In the records below, find the line that contains "e49 v35 v35" and the line that contains "v41 (-18.160254,0,-5.866025)", then retype exactly those two lines and every line between them.

Record extracts:
----------------

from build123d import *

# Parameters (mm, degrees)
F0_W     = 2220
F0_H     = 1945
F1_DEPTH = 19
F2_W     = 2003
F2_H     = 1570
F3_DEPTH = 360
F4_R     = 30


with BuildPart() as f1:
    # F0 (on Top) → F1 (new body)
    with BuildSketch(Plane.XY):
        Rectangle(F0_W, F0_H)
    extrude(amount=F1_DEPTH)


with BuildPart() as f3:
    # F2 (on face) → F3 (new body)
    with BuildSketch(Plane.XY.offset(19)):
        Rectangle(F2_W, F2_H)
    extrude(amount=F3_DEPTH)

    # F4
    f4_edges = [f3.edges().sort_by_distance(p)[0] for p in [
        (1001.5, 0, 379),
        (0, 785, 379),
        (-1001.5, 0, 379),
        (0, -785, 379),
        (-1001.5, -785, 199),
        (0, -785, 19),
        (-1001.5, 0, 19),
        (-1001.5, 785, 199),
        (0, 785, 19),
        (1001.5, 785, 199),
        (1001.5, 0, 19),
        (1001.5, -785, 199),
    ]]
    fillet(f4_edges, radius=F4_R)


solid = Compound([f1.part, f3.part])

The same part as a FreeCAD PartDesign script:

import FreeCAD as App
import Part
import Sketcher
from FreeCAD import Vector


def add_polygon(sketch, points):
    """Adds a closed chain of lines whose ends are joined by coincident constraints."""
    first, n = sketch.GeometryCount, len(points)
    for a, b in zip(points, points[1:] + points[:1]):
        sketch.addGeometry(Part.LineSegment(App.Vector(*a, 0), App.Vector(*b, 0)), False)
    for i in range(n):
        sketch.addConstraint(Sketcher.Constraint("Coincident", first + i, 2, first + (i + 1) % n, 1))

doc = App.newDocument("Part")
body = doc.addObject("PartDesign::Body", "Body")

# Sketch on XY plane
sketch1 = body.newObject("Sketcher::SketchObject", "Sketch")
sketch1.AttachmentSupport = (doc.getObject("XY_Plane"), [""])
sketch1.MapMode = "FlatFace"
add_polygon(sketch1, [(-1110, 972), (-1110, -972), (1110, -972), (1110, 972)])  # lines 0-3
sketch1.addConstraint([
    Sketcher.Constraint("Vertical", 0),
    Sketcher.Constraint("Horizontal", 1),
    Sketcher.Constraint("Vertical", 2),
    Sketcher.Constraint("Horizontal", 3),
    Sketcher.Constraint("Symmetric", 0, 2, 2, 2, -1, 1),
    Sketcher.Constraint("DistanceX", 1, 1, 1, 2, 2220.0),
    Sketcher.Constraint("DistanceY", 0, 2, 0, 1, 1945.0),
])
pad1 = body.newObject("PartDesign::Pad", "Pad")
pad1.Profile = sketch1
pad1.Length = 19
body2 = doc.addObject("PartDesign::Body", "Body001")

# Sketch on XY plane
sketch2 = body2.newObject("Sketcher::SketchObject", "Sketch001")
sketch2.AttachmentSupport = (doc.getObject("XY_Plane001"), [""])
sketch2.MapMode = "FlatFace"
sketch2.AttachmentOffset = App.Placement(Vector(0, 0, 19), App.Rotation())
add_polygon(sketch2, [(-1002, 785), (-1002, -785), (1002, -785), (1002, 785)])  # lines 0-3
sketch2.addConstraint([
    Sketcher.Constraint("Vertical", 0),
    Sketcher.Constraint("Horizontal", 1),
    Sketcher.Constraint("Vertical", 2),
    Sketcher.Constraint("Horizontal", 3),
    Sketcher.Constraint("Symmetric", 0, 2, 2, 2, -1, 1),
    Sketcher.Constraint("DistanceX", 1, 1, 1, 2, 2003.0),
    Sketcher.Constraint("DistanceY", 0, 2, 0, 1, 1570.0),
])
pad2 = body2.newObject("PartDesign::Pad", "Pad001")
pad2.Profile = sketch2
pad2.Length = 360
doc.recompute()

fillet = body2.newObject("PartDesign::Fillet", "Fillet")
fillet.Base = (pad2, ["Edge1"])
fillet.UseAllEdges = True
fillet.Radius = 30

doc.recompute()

----------------

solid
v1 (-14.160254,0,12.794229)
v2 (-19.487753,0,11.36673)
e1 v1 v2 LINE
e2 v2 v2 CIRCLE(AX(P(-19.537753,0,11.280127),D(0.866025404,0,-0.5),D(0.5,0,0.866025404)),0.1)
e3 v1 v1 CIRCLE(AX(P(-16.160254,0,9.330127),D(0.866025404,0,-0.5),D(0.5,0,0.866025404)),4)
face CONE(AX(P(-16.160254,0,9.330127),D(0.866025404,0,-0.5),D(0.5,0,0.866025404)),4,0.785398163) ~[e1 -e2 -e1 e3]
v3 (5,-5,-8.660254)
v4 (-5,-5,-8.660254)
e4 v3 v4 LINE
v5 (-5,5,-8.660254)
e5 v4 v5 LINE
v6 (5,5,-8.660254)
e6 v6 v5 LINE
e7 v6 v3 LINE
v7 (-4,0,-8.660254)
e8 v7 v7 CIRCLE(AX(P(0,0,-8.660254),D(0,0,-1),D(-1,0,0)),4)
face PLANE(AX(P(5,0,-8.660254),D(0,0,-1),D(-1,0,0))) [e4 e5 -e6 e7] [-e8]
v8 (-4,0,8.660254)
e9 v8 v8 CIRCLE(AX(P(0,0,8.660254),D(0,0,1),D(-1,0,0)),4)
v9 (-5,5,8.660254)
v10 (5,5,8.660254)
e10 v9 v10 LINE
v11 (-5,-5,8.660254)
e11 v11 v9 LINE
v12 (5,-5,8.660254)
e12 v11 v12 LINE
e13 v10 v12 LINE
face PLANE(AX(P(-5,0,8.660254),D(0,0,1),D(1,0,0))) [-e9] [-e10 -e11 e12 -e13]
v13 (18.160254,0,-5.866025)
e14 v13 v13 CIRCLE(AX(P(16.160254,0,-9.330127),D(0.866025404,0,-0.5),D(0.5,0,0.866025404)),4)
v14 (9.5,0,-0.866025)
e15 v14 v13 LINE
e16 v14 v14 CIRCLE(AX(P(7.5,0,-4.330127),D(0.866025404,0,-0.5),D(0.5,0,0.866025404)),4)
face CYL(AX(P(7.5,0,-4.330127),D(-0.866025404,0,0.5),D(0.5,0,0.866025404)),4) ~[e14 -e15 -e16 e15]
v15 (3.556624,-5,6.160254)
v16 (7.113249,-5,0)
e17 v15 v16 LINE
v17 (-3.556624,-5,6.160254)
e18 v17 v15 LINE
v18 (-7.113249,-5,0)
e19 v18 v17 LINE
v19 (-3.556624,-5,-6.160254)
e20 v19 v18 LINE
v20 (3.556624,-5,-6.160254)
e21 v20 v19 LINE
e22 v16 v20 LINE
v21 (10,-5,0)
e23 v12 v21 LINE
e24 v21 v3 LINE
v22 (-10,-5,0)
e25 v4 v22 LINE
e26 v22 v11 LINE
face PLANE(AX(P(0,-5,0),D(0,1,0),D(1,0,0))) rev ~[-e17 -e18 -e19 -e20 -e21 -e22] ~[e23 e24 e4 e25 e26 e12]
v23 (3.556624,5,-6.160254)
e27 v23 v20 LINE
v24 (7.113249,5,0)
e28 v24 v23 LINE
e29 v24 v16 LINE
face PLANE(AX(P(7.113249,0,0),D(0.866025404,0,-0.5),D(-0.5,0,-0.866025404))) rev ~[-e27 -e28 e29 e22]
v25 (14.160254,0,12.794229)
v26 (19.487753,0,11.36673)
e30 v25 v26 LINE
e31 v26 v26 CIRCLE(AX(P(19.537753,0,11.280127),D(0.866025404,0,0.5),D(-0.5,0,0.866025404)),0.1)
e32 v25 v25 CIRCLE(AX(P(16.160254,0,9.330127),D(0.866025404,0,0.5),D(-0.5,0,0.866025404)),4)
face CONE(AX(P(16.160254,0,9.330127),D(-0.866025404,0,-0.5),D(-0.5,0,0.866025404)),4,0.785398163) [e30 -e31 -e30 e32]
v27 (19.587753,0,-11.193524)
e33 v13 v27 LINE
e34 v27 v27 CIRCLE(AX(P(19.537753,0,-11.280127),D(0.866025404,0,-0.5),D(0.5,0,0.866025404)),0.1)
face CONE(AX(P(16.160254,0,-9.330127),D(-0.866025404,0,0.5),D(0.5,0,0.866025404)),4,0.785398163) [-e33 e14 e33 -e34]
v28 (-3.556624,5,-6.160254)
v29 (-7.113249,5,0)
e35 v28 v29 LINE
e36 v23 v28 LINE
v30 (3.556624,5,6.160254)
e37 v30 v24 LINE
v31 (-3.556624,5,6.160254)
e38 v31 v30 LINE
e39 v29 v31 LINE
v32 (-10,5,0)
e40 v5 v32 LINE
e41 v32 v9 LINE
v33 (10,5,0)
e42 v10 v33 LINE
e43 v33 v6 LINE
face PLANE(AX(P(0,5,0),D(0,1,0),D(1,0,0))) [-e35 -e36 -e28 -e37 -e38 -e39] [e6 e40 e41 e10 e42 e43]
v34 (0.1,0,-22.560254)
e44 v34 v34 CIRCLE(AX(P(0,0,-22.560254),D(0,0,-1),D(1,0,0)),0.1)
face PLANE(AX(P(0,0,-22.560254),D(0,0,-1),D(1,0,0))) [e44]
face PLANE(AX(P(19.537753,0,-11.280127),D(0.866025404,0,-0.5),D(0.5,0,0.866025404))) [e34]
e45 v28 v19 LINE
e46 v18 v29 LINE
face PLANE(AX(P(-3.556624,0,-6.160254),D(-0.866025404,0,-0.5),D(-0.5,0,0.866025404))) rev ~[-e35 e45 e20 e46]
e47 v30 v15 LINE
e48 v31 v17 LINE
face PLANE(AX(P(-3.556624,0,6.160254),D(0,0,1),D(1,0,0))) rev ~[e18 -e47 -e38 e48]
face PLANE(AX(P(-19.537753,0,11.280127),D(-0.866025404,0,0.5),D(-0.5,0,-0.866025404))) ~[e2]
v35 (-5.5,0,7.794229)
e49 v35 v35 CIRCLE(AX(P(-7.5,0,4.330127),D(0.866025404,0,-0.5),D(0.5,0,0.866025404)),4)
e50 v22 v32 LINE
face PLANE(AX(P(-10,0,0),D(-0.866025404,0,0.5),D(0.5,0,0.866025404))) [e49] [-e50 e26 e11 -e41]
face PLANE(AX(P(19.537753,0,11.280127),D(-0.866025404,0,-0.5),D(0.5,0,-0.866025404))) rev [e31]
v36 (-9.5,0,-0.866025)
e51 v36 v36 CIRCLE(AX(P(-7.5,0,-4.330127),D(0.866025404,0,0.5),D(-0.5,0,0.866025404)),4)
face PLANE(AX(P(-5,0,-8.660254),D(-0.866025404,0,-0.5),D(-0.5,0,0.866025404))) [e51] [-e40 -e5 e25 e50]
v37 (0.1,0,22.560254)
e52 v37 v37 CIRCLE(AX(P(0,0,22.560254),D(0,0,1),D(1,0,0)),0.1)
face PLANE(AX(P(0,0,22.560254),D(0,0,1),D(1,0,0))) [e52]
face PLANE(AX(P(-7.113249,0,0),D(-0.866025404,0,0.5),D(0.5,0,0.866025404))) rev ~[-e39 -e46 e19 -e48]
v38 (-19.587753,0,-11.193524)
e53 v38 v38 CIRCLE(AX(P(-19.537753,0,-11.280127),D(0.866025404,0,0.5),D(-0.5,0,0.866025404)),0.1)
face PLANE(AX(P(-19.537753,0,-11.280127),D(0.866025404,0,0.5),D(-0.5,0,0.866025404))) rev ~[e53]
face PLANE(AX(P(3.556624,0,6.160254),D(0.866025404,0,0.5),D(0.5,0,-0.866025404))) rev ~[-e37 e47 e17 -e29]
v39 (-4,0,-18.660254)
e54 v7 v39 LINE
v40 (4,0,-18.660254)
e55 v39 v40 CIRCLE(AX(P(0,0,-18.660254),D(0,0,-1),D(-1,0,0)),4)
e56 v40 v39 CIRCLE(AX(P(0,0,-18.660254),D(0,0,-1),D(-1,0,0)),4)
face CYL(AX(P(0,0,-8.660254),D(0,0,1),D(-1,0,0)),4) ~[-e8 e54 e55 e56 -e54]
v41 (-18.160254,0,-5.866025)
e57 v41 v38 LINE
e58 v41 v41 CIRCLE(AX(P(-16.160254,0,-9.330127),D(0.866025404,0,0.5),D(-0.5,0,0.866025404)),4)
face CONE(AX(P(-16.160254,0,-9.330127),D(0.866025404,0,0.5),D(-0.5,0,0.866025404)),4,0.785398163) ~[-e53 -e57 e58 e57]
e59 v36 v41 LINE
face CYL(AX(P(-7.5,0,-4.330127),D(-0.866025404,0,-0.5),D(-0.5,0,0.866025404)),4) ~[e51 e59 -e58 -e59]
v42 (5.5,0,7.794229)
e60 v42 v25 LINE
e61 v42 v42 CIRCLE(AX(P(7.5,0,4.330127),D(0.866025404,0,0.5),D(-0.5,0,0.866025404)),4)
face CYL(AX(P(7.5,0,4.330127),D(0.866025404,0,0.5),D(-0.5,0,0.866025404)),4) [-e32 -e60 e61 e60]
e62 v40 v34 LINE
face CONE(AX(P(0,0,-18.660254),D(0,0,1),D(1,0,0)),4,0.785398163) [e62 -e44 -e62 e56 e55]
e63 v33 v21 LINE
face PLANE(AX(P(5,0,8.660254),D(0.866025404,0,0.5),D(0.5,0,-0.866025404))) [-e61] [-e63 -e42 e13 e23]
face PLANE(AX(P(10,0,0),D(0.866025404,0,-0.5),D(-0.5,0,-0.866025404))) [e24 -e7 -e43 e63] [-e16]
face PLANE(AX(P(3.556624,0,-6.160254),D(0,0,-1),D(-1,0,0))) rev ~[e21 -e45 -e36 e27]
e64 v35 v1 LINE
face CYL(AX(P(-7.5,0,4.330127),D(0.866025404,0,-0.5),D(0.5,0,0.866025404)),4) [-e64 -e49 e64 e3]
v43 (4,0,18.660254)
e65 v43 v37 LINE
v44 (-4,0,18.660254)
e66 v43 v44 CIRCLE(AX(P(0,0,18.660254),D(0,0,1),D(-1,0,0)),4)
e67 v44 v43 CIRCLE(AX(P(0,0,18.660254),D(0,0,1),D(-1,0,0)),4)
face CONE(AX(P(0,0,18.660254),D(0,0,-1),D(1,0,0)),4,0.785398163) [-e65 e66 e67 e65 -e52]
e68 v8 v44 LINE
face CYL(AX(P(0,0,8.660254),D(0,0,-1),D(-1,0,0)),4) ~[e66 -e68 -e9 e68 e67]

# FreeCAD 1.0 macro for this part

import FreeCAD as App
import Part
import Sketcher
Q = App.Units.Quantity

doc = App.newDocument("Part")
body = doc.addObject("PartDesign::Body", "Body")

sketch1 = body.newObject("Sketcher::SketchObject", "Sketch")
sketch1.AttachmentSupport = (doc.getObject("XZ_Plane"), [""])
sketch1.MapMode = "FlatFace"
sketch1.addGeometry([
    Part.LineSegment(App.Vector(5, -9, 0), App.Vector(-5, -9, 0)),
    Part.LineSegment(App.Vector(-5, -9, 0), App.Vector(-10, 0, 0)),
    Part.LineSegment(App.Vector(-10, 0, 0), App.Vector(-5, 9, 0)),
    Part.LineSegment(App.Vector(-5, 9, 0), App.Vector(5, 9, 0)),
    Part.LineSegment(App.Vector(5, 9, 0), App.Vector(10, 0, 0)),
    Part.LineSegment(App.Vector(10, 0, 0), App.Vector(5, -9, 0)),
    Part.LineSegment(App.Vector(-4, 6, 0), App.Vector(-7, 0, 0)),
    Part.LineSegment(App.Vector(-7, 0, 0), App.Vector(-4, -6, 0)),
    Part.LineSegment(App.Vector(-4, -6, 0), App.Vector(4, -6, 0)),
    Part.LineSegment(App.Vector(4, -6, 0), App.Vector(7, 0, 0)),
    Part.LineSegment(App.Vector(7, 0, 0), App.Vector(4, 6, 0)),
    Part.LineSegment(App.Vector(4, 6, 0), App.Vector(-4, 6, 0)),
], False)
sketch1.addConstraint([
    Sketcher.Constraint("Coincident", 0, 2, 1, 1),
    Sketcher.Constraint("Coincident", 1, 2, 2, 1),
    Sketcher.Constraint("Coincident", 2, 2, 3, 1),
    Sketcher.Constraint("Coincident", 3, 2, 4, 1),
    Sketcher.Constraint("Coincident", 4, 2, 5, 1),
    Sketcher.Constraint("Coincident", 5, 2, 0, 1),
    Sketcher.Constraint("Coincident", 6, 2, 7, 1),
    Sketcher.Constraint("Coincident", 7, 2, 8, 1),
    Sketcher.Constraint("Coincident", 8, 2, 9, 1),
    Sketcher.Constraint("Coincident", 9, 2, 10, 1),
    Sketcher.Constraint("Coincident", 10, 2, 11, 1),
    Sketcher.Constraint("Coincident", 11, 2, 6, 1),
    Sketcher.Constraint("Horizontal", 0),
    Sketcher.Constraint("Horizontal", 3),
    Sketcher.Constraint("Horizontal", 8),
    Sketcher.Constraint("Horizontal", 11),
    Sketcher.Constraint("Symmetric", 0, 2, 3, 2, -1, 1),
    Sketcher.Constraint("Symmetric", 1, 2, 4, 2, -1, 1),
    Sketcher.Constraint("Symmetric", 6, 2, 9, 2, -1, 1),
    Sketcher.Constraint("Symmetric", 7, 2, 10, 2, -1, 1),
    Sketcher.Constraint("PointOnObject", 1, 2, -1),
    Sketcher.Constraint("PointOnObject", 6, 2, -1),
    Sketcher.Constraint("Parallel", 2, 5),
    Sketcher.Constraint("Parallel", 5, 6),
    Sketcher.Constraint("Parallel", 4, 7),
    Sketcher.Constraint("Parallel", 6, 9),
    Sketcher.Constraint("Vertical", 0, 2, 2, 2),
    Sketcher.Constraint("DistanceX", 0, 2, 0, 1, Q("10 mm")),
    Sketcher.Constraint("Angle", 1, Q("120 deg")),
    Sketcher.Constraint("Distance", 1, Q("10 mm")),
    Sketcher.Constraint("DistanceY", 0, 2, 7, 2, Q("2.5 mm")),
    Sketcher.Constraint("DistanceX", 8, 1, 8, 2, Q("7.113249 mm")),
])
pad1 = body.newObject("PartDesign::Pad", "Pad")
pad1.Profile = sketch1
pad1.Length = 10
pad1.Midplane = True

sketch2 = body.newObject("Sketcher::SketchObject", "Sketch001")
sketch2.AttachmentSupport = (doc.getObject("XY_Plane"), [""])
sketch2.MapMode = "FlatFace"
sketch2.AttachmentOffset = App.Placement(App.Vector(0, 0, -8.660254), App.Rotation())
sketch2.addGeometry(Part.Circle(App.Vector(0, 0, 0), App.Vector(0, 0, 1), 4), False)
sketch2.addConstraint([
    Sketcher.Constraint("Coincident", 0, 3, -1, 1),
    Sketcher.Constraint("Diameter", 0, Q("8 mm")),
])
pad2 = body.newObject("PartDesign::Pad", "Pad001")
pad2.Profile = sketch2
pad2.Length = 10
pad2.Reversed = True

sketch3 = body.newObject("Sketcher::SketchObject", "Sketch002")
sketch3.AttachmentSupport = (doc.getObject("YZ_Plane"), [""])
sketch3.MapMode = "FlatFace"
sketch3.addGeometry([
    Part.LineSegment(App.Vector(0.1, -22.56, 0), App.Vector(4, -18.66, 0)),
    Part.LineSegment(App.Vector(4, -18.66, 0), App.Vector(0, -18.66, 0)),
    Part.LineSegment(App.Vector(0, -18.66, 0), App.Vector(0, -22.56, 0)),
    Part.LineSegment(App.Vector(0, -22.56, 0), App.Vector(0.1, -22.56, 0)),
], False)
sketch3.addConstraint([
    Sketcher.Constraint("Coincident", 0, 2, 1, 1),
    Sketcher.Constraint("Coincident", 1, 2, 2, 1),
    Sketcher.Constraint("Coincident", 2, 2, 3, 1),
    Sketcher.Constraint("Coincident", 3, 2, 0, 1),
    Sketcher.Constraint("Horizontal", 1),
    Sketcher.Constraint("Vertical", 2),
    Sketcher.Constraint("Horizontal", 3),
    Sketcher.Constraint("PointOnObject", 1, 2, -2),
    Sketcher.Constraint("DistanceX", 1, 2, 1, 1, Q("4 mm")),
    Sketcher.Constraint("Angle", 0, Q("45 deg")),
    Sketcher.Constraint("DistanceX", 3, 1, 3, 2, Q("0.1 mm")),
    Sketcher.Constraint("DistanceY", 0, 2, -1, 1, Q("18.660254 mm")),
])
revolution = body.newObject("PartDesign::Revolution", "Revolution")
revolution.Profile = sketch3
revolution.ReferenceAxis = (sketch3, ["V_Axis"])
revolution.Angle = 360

----------------

Answer to the problem:
e49 v35 v35 CIRCLE(AX(P(-7.5,0,4.330127),D(0.866025404,0,-0.5),D(0.5,0,0.866025404)),4)
e50 v22 v32 LINE
face PLANE(AX(P(-10,0,0),D(-0.866025404,0,0.5),D(0.5,0,0.866025404))) [e49] [-e50 e26 e11 -e41]
face PLANE(AX(P(19.537753,0,11.280127),D(-0.866025404,0,-0.5),D(0.5,0,-0.866025404))) rev [e31]
v36 (-9.5,0,-0.866025)
e51 v36 v36 CIRCLE(AX(P(-7.5,0,-4.330127),D(0.866025404,0,0.5),D(-0.5,0,0.866025404)),4)
face PLANE(AX(P(-5,0,-8.660254),D(-0.866025404,0,-0.5),D(-0.5,0,0.866025404))) [e51] [-e40 -e5 e25 e50]
v37 (0.1,0,22.560254)
e52 v37 v37 CIRCLE(AX(P(0,0,22.560254),D(0,0,1),D(1,0,0)),0.1)
face PLANE(AX(P(0,0,22.560254),D(0,0,1),D(1,0,0))) [e52]
face PLANE(AX(P(-7.113249,0,0),D(-0.866025404,0,0.5),D(0.5,0,0.866025404))) rev ~[-e39 -e46 e19 -e48]
v38 (-19.587753,0,-11.193524)
e53 v38 v38 CIRCLE(AX(P(-19.537753,0,-11.280127),D(0.866025404,0,0.5),D(-0.5,0,0.866025404)),0.1)
face PLANE(AX(P(-19.537753,0,-11.280127),D(0.866025404,0,0.5),D(-0.5,0,0.866025404))) rev ~[e53]
face PLANE(AX(P(3.556624,0,6.160254),D(0.866025404,0,0.5),D(0.5,0,-0.866025404))) rev ~[-e37 e47 e17 -e29]
v39 (-4,0,-18.660254)
e54 v7 v39 LINE
v40 (4,0,-18.660254)
e55 v39 v40 CIRCLE(AX(P(0,0,-18.660254),D(0,0,-1),D(-1,0,0)),4)
e56 v40 v39 CIRCLE(AX(P(0,0,-18.660254),D(0,0,-1),D(-1,0,0)),4)
face CYL(AX(P(0,0,-8.660254),D(0,0,1),D(-1,0,0)),4) ~[-e8 e54 e55 e56 -e54]
v41 (-18.160254,0,-5.866025)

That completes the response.